» **Problem**:
Write out again, exactly, the lines of the listing below from the first one through the one that contains "v9 (83.5,0,59.75)", and no other lines.

» **Data extracts**:
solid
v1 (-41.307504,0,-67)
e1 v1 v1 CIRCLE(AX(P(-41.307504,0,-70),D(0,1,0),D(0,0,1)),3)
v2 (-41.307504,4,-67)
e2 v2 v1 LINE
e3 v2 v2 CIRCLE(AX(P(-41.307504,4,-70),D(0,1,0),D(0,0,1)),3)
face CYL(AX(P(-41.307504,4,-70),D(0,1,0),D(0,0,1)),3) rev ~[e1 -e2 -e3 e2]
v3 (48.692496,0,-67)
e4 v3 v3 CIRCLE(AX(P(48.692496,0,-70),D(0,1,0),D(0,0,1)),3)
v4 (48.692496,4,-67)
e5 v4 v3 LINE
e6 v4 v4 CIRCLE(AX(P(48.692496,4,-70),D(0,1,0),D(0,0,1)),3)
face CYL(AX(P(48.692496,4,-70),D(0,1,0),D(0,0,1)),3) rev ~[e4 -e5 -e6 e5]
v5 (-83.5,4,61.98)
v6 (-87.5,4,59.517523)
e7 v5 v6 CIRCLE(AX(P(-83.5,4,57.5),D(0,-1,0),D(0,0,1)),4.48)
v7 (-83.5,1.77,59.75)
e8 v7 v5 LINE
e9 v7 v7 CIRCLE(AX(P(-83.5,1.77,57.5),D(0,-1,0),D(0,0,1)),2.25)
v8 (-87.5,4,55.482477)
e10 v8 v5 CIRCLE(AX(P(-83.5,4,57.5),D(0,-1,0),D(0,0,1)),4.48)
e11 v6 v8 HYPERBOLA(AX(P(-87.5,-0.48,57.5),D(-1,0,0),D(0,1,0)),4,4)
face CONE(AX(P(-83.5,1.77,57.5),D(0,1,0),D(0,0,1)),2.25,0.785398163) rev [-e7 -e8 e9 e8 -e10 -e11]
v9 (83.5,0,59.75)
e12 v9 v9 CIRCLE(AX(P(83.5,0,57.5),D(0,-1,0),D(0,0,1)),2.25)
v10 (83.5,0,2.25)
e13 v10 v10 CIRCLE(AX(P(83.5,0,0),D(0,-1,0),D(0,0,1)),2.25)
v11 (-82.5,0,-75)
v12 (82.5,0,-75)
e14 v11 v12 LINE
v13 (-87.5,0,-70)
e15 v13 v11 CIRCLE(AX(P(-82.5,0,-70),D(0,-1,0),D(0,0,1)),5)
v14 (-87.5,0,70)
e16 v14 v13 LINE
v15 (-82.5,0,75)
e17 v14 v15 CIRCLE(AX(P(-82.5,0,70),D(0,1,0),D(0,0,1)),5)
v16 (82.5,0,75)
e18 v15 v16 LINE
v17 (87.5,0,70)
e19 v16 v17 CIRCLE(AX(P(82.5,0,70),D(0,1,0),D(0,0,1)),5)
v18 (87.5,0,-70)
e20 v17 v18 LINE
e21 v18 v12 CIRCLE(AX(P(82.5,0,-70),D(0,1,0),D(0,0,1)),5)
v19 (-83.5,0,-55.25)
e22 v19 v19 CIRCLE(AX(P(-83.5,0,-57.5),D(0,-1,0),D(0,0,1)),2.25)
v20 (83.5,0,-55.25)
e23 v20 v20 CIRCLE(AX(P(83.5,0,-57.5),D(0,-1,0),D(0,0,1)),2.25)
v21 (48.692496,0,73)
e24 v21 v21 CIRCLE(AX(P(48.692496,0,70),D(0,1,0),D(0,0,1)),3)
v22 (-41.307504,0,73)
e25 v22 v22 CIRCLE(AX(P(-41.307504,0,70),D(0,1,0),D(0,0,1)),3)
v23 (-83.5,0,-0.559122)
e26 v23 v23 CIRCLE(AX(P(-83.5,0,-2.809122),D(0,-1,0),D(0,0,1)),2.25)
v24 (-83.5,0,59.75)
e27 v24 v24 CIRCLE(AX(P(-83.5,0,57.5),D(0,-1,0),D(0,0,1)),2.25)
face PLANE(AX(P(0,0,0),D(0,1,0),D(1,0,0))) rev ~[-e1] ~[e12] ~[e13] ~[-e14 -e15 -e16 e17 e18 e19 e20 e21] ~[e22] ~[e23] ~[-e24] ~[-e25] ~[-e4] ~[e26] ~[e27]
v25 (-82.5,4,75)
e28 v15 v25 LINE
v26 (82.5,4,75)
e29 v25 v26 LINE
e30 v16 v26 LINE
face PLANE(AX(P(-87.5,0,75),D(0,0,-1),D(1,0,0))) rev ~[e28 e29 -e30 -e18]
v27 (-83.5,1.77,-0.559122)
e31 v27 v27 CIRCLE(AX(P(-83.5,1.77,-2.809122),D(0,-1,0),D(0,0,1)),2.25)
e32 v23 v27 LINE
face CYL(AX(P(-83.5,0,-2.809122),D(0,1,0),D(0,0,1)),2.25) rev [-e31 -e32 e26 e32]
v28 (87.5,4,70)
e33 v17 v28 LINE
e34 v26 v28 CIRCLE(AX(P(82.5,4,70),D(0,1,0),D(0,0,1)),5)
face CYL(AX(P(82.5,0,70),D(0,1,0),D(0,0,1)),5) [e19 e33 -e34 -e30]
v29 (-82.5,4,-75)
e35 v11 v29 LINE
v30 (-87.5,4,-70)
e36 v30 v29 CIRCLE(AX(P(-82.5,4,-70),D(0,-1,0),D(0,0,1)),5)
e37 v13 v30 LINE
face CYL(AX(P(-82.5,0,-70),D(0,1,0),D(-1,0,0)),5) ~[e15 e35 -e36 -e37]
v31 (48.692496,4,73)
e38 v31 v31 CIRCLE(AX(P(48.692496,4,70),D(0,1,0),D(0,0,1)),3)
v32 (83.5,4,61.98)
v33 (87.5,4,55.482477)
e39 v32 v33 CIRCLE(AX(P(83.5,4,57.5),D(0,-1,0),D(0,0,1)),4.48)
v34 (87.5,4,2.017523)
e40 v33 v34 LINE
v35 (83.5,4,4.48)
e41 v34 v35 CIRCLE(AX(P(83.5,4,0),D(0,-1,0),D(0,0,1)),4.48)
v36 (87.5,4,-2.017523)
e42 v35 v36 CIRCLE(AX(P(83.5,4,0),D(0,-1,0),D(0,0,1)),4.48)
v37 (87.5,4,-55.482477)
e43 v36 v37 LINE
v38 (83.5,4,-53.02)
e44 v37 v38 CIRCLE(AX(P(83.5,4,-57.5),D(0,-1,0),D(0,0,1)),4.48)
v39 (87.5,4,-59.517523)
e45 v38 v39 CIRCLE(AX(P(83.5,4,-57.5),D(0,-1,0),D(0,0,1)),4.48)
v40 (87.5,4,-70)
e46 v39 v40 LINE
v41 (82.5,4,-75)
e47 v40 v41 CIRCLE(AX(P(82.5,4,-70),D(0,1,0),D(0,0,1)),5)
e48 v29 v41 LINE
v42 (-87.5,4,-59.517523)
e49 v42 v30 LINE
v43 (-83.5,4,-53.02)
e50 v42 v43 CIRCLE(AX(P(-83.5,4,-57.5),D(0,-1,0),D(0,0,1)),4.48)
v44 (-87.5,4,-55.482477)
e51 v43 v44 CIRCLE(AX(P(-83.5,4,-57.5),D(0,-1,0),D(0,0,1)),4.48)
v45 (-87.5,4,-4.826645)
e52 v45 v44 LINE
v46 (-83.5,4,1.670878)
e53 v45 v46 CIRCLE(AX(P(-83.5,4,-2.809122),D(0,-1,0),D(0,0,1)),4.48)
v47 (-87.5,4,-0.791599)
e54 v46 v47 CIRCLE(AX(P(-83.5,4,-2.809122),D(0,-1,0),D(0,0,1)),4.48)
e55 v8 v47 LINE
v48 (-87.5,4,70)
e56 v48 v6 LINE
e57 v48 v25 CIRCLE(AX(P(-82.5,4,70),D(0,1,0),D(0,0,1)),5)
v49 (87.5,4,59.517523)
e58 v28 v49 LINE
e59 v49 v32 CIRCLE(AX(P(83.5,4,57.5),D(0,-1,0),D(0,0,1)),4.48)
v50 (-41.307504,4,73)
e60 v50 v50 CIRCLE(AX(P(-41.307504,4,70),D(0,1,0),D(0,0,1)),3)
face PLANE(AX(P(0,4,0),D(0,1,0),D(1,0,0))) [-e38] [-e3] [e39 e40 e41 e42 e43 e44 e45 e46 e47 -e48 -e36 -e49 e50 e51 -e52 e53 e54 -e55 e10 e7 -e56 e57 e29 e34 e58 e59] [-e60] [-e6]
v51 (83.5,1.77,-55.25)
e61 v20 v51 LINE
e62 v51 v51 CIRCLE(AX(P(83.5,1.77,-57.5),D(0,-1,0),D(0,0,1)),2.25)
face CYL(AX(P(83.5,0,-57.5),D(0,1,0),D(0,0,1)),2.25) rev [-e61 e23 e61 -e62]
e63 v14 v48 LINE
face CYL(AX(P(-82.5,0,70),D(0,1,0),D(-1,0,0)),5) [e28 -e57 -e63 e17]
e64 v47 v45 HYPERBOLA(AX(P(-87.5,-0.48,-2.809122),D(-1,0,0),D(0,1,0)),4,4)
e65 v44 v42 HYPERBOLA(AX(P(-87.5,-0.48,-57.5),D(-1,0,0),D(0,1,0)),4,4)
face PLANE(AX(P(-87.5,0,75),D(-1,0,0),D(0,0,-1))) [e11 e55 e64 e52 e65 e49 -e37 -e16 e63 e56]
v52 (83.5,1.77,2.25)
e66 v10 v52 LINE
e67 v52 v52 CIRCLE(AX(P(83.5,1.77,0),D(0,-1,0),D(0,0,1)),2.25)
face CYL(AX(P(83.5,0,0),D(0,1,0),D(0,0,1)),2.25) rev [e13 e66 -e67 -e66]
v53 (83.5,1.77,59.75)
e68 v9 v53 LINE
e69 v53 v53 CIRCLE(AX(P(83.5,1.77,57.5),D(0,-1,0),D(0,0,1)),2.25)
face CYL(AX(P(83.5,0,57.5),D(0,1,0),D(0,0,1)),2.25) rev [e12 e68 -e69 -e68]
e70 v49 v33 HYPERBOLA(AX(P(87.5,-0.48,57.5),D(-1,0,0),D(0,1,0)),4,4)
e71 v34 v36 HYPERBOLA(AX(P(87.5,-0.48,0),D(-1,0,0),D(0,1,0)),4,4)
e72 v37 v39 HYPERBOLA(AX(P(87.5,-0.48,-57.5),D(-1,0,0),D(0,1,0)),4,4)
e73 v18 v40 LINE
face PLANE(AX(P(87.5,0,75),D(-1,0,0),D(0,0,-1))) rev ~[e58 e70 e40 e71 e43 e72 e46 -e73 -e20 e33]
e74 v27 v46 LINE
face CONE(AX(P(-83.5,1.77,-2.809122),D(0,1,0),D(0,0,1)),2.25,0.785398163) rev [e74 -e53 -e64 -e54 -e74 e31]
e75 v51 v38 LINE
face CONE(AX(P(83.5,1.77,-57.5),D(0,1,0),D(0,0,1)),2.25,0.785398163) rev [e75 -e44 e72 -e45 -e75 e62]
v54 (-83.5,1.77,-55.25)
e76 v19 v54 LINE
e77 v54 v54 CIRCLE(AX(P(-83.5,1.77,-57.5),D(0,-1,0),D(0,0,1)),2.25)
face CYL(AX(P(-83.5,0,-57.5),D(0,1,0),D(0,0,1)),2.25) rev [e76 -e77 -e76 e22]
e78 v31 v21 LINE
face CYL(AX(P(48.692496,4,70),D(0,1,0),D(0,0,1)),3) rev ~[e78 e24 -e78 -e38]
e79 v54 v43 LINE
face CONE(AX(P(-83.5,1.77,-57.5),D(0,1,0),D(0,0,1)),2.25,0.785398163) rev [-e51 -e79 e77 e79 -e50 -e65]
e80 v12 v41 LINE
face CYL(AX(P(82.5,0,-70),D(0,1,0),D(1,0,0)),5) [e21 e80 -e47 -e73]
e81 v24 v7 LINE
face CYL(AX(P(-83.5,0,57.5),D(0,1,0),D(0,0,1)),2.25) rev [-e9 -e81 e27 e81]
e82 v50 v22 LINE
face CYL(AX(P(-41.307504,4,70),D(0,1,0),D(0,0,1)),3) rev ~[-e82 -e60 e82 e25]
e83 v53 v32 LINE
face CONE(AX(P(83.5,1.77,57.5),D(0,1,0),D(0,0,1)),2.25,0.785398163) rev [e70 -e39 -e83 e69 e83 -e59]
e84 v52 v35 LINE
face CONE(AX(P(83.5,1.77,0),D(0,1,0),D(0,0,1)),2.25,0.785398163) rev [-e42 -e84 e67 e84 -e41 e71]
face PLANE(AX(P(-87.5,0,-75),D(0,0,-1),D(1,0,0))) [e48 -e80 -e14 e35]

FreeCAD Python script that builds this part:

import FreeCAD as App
import Part
import Sketcher

V = App.Vector
Q = App.Units.Quantity


def edges_at(feature, points):
    """Names of the edges that pass closest to the given points."""
    edges = feature.Shape.Edges
    near = lambda p: min(range(len(edges)), key=lambda i: edges[i].distToShape(Part.Vertex(*p))[0])
    return sorted({f"Edge{near(p) + 1}" for p in points})

doc = App.newDocument("Part")
params = doc.addObject("Spreadsheet::Sheet", "Params")
for row, (alias, value) in enumerate([
    ("sketch1_width", "175 mm"),
    ("sketch1_height", "150 mm"),
    ("pad1_length", "4 mm"),
    ("fillet_radius", "5 mm"),
    ("sketch2_diameter", "4 mm"),
    ("sketch2_diameter2", "6 mm"),
    ("pocket1_length", "10 mm"),
    ("sketch3_width", "4 mm"),
    ("sketch3_width2", "1.77 mm"),
    ("sketch3_height", "4.48 mm"),
    ("groove_angle", "360 deg"),
    ("linearpattern_pitch", "54.690878 mm"),
    ("linearpattern2_pitch", "115 mm"),
    ("linearpattern3_pitch", "202.765875 mm"),
    ("linearpattern4_pitch", "176.621771 mm"),
    ("linearpattern5_pitch", "167 mm"),
], start=1):
    params.set(f"A{row}", alias)
    params.set(f"B{row}", "=" + value)
    params.setAlias(f"B{row}", alias)

body = doc.addObject("PartDesign::Body", "Body")

# Sketch on XZ plane
sketch1 = doc.addObject("Sketcher::SketchObject", "Sketch")
body.addObject(sketch1)
sketch1.AttachmentSupport = (doc.XZ_Plane, [""])
sketch1.MapMode = "FlatFace"
sketch1.addGeometry([
    Part.LineSegment(V(-88, -75, 0), V(-88, 75, 0)),
    Part.LineSegment(V(-88, 75, 0), V(88, 75, 0)),
    Part.LineSegment(V(88, 75, 0), V(88, -75, 0)),
    Part.LineSegment(V(88, -75, 0), V(-88, -75, 0)),
], False)
sketch1.addConstraint([
    Sketcher.Constraint("Coincident", 0, 2, 1, 1),
    Sketcher.Constraint("Coincident", 1, 2, 2, 1),
    Sketcher.Constraint("Coincident", 2, 2, 3, 1),
    Sketcher.Constraint("Coincident", 3, 2, 0, 1),
    Sketcher.Constraint("Vertical", 0),
    Sketcher.Constraint("Horizontal", 1),
    Sketcher.Constraint("Vertical", 2),
    Sketcher.Constraint("Horizontal", 3),
    Sketcher.Constraint("Symmetric", 0, 2, 2, 2, -1, 1),
    Sketcher.Constraint("DistanceX", 1, 1, 1, 2, 175.0),
    Sketcher.Constraint("DistanceY", 0, 1, 0, 2, 150.0),
])
sketch1.setExpression("Constraints[9]", "Params.sketch1_width")
sketch1.setExpression("Constraints[10]", "Params.sketch1_height")
pad1 = doc.addObject("PartDesign::Pad", "Pad")
body.addObject(pad1)
pad1.Profile = sketch1
pad1.setExpression("Length", "Params.pad1_length")
pad1.Reversed = True
doc.recompute()

fillet = doc.addObject("PartDesign::Fillet", "Fillet")
body.addObject(fillet)
fillet.Base = (pad1, edges_at(pad1, [
    (-87.5, 2, -75),
    (87.5, 2, -75),
    (87.5, 2, 75),
    (-87.5, 2, 75),
]))
fillet.setExpression("Radius", "Params.fillet_radius")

» **Answer**:
solid
v1 (-41.307504,0,-67)
e1 v1 v1 CIRCLE(AX(P(-41.307504,0,-70),D(0,1,0),D(0,0,1)),3)
v2 (-41.307504,4,-67)
e2 v2 v1 LINE
e3 v2 v2 CIRCLE(AX(P(-41.307504,4,-70),D(0,1,0),D(0,0,1)),3)
face CYL(AX(P(-41.307504,4,-70),D(0,1,0),D(0,0,1)),3) rev ~[e1 -e2 -e3 e2]
v3 (48.692496,0,-67)
e4 v3 v3 CIRCLE(AX(P(48.692496,0,-70),D(0,1,0),D(0,0,1)),3)
v4 (48.692496,4,-67)
e5 v4 v3 LINE
e6 v4 v4 CIRCLE(AX(P(48.692496,4,-70),D(0,1,0),D(0,0,1)),3)
face CYL(AX(P(48.692496,4,-70),D(0,1,0),D(0,0,1)),3) rev ~[e4 -e5 -e6 e5]
v5 (-83.5,4,61.98)
v6 (-87.5,4,59.517523)
e7 v5 v6 CIRCLE(AX(P(-83.5,4,57.5),D(0,-1,0),D(0,0,1)),4.48)
v7 (-83.5,1.77,59.75)
e8 v7 v5 LINE
e9 v7 v7 CIRCLE(AX(P(-83.5,1.77,57.5),D(0,-1,0),D(0,0,1)),2.25)
v8 (-87.5,4,55.482477)
e10 v8 v5 CIRCLE(AX(P(-83.5,4,57.5),D(0,-1,0),D(0,0,1)),4.48)
e11 v6 v8 HYPERBOLA(AX(P(-87.5,-0.48,57.5),D(-1,0,0),D(0,1,0)),4,4)
face CONE(AX(P(-83.5,1.77,57.5),D(0,1,0),D(0,0,1)),2.25,0.785398163) rev [-e7 -e8 e9 e8 -e10 -e11]
v9 (83.5,0,59.75)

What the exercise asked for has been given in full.